Ничто меня пока особо не настораживало, вот разве что длина, длина коридора была, мягко говоря, преувеличенной; что касается коридора самого по себе, так у нас учреждений без коридоров не бывает, у нас и квартир коммунальных без коридоров нет; а коммунальная квартира, на мой взгляд, — некий род учреждения, малая модификация, так сказать. Не знаю, сколько я прошел по нормальной — если можно так считать — части коридора, снабженной с двух сторон закрытыми дверьми с табличками, которые никто никогда не читает; но двери кончились и коридор превратился в анфиладу комнат… жилых, что ли? но я никого не встретил ни в первой, ни во второй, ни в пятой; во всяком случае, это должны были бы быть жилые комнаты, ибо в них стояли вещи, валялись одежды, имелись буфеты, бюро, платяные шкафы, этажерки и прочая мебель. И комнаты-то были очень разные… ну, как бывает в коммунальных квартирах, где справа живет скрипач, слева водопроводчик, а по центру алкоголик беспробудный. Но что-то не видел я квартир в форме анфилады. Это ведь даже не «сугубо смежные», как в объявлениях по обмену пишут, а еще того круче. В некоторых комнатах горел свет.

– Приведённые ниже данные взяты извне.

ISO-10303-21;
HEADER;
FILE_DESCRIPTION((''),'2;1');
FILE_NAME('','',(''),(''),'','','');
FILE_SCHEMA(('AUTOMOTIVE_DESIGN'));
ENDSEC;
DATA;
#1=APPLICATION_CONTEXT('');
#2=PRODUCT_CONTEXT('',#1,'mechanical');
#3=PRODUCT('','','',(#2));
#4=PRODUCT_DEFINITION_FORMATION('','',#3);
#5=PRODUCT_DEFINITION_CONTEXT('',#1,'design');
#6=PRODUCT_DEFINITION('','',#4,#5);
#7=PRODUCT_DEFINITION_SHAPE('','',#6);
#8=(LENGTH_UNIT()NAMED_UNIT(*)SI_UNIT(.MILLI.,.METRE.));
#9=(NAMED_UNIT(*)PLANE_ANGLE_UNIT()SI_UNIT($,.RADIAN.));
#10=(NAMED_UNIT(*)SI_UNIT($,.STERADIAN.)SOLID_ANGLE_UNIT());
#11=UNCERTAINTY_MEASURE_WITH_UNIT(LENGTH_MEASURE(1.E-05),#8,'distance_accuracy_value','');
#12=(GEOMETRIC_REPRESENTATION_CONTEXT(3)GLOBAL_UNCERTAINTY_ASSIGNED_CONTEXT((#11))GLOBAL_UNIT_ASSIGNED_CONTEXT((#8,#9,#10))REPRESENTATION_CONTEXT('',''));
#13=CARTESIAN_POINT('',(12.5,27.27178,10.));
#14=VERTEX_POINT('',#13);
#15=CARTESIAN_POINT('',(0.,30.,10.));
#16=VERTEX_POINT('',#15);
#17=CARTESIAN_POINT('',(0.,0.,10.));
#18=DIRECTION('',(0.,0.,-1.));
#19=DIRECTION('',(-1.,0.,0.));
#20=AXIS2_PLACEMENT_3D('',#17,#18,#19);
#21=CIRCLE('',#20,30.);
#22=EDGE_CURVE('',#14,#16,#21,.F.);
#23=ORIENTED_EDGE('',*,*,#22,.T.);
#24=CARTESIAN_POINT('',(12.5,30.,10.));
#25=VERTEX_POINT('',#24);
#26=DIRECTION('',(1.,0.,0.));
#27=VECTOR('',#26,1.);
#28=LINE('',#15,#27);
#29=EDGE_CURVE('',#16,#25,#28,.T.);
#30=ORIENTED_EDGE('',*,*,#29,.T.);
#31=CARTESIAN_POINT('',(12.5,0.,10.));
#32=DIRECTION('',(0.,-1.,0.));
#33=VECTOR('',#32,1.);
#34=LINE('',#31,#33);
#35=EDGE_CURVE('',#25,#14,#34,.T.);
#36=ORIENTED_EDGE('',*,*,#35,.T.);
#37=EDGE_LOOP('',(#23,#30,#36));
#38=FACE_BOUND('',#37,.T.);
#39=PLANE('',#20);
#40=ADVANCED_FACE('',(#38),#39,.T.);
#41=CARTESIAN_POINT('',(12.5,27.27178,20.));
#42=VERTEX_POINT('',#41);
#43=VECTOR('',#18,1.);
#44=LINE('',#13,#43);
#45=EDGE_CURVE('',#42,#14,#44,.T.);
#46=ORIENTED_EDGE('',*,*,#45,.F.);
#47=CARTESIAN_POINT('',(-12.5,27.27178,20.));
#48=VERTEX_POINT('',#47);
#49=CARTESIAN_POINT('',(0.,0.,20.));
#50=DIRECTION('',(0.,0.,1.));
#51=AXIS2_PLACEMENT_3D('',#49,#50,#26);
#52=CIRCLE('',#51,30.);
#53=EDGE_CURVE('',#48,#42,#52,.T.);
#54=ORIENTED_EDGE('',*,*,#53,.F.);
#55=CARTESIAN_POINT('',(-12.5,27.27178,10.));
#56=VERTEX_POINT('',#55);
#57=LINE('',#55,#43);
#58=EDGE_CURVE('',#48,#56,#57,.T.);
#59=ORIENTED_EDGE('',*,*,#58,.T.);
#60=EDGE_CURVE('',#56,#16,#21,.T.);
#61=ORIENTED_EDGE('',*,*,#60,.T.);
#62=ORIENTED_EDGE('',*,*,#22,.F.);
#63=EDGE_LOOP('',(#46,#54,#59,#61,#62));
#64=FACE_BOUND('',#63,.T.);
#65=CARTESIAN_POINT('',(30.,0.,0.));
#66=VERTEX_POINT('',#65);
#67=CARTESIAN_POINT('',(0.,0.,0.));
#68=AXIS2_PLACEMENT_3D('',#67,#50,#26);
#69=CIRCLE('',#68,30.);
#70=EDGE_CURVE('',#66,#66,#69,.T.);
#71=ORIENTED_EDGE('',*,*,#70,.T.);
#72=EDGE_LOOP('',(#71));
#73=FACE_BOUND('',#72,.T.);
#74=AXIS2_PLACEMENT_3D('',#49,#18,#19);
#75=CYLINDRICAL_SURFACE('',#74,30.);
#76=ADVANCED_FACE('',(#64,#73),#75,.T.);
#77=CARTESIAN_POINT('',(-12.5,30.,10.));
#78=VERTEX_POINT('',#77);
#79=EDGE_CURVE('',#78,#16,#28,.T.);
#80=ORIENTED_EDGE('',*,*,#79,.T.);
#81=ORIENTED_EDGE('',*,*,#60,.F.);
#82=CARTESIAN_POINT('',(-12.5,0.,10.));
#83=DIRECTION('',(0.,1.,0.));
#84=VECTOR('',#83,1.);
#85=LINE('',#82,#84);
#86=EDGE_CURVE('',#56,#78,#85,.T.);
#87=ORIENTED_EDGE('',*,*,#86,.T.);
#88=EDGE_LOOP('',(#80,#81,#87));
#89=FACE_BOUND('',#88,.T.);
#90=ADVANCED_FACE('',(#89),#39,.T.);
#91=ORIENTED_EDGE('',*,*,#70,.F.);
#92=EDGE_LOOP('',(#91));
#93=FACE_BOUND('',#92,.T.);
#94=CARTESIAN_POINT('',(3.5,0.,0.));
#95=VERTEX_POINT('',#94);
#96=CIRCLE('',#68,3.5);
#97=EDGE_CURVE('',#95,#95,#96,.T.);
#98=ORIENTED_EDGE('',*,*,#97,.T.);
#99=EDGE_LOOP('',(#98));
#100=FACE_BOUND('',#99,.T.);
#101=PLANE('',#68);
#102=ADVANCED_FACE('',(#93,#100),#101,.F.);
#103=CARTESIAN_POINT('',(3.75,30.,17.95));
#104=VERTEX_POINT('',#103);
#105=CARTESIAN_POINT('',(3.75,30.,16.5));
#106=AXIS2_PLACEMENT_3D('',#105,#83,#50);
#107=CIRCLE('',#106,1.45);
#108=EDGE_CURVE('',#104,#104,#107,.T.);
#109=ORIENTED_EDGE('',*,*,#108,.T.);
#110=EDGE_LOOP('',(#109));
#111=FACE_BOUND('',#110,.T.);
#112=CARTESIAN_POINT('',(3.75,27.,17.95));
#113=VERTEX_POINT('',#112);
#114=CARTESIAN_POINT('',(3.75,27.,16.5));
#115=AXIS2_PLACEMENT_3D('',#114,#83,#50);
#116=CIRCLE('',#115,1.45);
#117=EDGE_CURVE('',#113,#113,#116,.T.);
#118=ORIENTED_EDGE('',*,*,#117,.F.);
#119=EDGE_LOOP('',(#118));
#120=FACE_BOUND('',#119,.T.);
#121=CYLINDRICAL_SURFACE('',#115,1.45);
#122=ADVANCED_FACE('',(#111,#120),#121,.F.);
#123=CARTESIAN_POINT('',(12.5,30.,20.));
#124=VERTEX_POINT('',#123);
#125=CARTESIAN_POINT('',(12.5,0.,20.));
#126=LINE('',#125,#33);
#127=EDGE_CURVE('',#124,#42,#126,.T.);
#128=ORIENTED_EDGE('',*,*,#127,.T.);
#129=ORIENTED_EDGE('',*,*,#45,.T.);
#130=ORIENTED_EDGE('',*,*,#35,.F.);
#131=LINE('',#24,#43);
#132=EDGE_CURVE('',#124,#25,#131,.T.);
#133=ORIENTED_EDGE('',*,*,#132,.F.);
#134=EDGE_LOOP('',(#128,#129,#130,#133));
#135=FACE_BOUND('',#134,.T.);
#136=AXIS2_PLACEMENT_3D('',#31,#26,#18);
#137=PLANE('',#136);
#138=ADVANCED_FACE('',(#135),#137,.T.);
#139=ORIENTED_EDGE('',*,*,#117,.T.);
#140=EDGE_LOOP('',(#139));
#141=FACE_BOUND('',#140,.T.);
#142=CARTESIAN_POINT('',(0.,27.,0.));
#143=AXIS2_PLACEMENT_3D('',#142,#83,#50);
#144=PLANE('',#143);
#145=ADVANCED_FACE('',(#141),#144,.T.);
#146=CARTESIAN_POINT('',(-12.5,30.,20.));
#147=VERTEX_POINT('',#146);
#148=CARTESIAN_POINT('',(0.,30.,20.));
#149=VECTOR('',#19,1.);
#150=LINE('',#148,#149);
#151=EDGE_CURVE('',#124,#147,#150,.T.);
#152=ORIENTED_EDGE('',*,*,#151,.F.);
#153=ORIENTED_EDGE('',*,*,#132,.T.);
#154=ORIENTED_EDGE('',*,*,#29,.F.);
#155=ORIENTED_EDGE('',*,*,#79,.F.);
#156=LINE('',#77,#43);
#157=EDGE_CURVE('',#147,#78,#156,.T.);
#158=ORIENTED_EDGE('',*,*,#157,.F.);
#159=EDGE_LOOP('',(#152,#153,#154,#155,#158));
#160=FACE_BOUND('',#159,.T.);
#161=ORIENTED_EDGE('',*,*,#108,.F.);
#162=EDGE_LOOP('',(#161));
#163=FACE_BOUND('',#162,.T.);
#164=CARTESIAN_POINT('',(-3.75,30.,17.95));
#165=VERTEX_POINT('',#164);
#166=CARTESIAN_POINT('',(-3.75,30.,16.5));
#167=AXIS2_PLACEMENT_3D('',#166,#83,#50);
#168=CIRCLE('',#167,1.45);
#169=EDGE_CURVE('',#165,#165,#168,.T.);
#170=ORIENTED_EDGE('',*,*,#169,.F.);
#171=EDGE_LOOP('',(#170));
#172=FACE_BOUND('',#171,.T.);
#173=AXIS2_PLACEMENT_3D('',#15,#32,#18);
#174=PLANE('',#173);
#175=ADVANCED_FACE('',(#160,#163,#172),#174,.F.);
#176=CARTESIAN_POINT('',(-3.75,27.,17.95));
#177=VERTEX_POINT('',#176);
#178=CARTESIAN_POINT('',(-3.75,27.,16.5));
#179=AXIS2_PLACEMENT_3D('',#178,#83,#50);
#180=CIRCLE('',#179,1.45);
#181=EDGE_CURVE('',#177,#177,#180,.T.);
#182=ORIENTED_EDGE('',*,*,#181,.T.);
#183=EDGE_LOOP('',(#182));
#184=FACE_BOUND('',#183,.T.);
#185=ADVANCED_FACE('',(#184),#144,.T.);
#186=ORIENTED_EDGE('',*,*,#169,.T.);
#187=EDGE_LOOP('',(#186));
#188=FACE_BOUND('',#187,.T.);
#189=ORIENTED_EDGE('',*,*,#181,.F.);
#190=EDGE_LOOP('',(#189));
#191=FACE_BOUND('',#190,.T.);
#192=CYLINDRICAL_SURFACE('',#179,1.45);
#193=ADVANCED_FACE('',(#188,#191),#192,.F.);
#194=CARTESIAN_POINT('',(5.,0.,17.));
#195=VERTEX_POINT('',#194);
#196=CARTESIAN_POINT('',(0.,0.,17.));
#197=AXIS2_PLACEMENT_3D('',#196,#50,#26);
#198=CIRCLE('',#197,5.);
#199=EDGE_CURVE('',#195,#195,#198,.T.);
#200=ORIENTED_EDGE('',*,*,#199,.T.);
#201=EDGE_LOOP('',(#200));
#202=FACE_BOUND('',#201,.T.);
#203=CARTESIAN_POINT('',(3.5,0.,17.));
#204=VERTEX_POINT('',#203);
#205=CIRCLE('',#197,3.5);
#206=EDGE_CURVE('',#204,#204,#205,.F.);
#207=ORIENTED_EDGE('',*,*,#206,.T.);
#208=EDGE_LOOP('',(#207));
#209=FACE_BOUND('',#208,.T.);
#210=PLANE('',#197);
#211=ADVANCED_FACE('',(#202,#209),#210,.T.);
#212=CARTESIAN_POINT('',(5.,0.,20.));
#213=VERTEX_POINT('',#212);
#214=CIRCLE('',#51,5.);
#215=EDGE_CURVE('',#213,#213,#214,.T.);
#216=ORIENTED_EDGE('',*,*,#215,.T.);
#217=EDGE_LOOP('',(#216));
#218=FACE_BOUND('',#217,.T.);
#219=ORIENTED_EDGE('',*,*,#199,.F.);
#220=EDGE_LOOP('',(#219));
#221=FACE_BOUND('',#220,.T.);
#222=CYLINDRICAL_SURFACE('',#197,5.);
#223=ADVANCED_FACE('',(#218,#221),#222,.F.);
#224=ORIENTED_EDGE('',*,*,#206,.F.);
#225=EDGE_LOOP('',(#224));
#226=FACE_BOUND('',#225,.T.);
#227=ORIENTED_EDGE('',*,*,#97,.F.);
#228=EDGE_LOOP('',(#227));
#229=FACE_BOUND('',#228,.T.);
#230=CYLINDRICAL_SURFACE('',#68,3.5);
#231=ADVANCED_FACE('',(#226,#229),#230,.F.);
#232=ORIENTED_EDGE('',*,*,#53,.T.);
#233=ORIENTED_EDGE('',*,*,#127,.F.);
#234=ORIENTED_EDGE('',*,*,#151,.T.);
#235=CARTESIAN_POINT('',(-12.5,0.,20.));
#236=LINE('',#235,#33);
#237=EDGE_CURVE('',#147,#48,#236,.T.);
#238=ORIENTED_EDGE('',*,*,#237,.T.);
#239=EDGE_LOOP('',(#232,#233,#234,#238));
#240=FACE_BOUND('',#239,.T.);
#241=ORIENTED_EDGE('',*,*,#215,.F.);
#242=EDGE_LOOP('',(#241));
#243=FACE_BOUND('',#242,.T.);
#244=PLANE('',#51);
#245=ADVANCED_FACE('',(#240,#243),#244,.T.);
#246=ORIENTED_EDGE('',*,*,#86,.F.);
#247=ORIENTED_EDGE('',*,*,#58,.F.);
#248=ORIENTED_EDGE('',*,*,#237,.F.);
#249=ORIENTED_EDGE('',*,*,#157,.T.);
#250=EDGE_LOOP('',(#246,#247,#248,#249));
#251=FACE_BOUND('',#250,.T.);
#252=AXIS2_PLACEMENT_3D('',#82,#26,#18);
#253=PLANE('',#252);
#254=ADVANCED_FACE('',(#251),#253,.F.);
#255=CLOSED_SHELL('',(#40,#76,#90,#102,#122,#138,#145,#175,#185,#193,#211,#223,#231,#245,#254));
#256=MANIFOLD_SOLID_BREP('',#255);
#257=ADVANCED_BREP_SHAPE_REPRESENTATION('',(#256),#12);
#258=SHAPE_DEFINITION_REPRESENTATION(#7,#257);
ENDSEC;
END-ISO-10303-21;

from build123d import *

# Parameters (mm, degrees)
SKETCH_1_R          = 30
EXTRUDE_1_DEPTH     = 20
EXTRUDE_2_DEPTH     = 10
EXTRUDE_3_DEPTH     = 10
CUT_EXTRUDE_1_DEPTH = 10
SKETCH_5_R          = 1.45
CUT_EXTRUDE_2_DEPTH = 3
SKETCH_7_R          = 3.5
CUT_EXTRUDE_4_DEPTH = 47.904157598
SKETCH_8_R          = 5
CUT_EXTRUDE_5_DEPTH = 3


with BuildPart() as part:
    # 草图1 → 凸台-拉伸1 (new body)
    with BuildSketch(Plane.XY):
        Circle(SKETCH_1_R)
    extrude(amount=EXTRUDE_1_DEPTH)

    # 草图2 → 凸台-拉伸2 (add)
    with BuildSketch(Plane(origin=(0, 0, 0), x_dir=(-1, 0, 0), z_dir=(0, 0, -1))):
        with BuildLine():
            Line((0, 30), (-12.5, 30))
            Line((-12.5, 30), (-12.5, 27.271780287))
            ThreePointArc((-12.5, 27.271780287), (-6.397131834, 29.310010309), (0, 30))
        make_face()
        with BuildLine():
            Line((12.5, 30), (0, 30))
            ThreePointArc((0, 30), (6.397131834, 29.310010309), (12.5, 27.271780287))
            Line((12.5, 27.271780287), (12.5, 30))
        make_face()
    extrude(amount=-EXTRUDE_2_DEPTH)

    # 草图3 → 凸台-拉伸3 (add)
    with BuildSketch(Plane.XY.offset(10)):
        with BuildLine():
            Line((-12.5, 30), (-12.5, 27.271780287))
            ThreePointArc((-12.5, 27.271780287), (-6.397131834, 29.310010309), (0, 30))
            Line((0, 30), (-12.5, 30))
        make_face()
        with BuildLine():
            ThreePointArc((0, 30), (6.397131834, 29.310010309), (12.5, 27.271780287))
            Line((12.5, 27.271780287), (12.5, 30))
            Line((12.5, 30), (0, 30))
        make_face()
    extrude(amount=EXTRUDE_3_DEPTH)

    # 草图4 → 切除-拉伸1 (cut)
    with BuildSketch(Plane(origin=(0, 0, 0), x_dir=(-1, 0, 0), z_dir=(0, 0, -1))):
        with BuildLine():
            Line((-12.5, 30), (-12.5, 27.271780287))
            ThreePointArc((-12.5, 27.271780287), (-6.397131834, 29.310010309), (0, 30))
            Line((0, 30), (-12.5, 30))
        make_face()
        with BuildLine():
            ThreePointArc((0, 30), (6.397131834, 29.310010309), (12.5, 27.271780287))
            Line((12.5, 27.271780287), (12.5, 30))
            Line((12.5, 30), (0, 30))
        make_face()
    extrude(amount=-CUT_EXTRUDE_1_DEPTH, mode=Mode.SUBTRACT)

    # 草图5 → 切除-拉伸2 (cut)
    with BuildSketch(Plane(origin=(0, 30, 0), x_dir=(1, 0, 0), z_dir=(0, 1, 0))):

И тишина, безлюдье. Музейно-театральная обстановочка. Декорации по Станиславскому — полная достоверность. Вот, например: шестая (или седьмая?) — огромный пузатый шкаф; в нем костюмы какие-то темные, платья женские длинные и почему-то несколько шляп с полями и со страусовыми перьями. В углу старинный туалет с огромным зеркалом, зажатым между двумя тумбами, состоящими из ящиков. На столешнице перед зеркалом салфеточка вышитая… сейчас, мне кажется, даже старушки салфеточек не вышивают; то ли время не то, то ли старушки не те; жена моя, к примеру, будем живы, не помрем, будет в старости вышивать непременно… ну, да не о том речь; а на салфеточке лежат часы, множество часов разного размера, по большей части огромные старомодные мужские часы типа брегета. И каких только там не было! Серебряные с чернью на отскакивающей крышке; позолоченные с эмалевыми циферблатами с тонюсенько прорисованными цифрами; но больше всего поразила меня тяжеленная, как пасхальное сувенирное яйцо, времен царя Гороха, фарфоровая луковица, уснащенная лепными цветами и листьями по краям, нежного бело-розового цвета. Я взял часы в руки и дальше пошел. В жизни ничего не крал, не брал, не знаю, что меня дернуло; впрочем, мысль была, идя обратно, положить на место; поиграть, вроде как взял, что ли?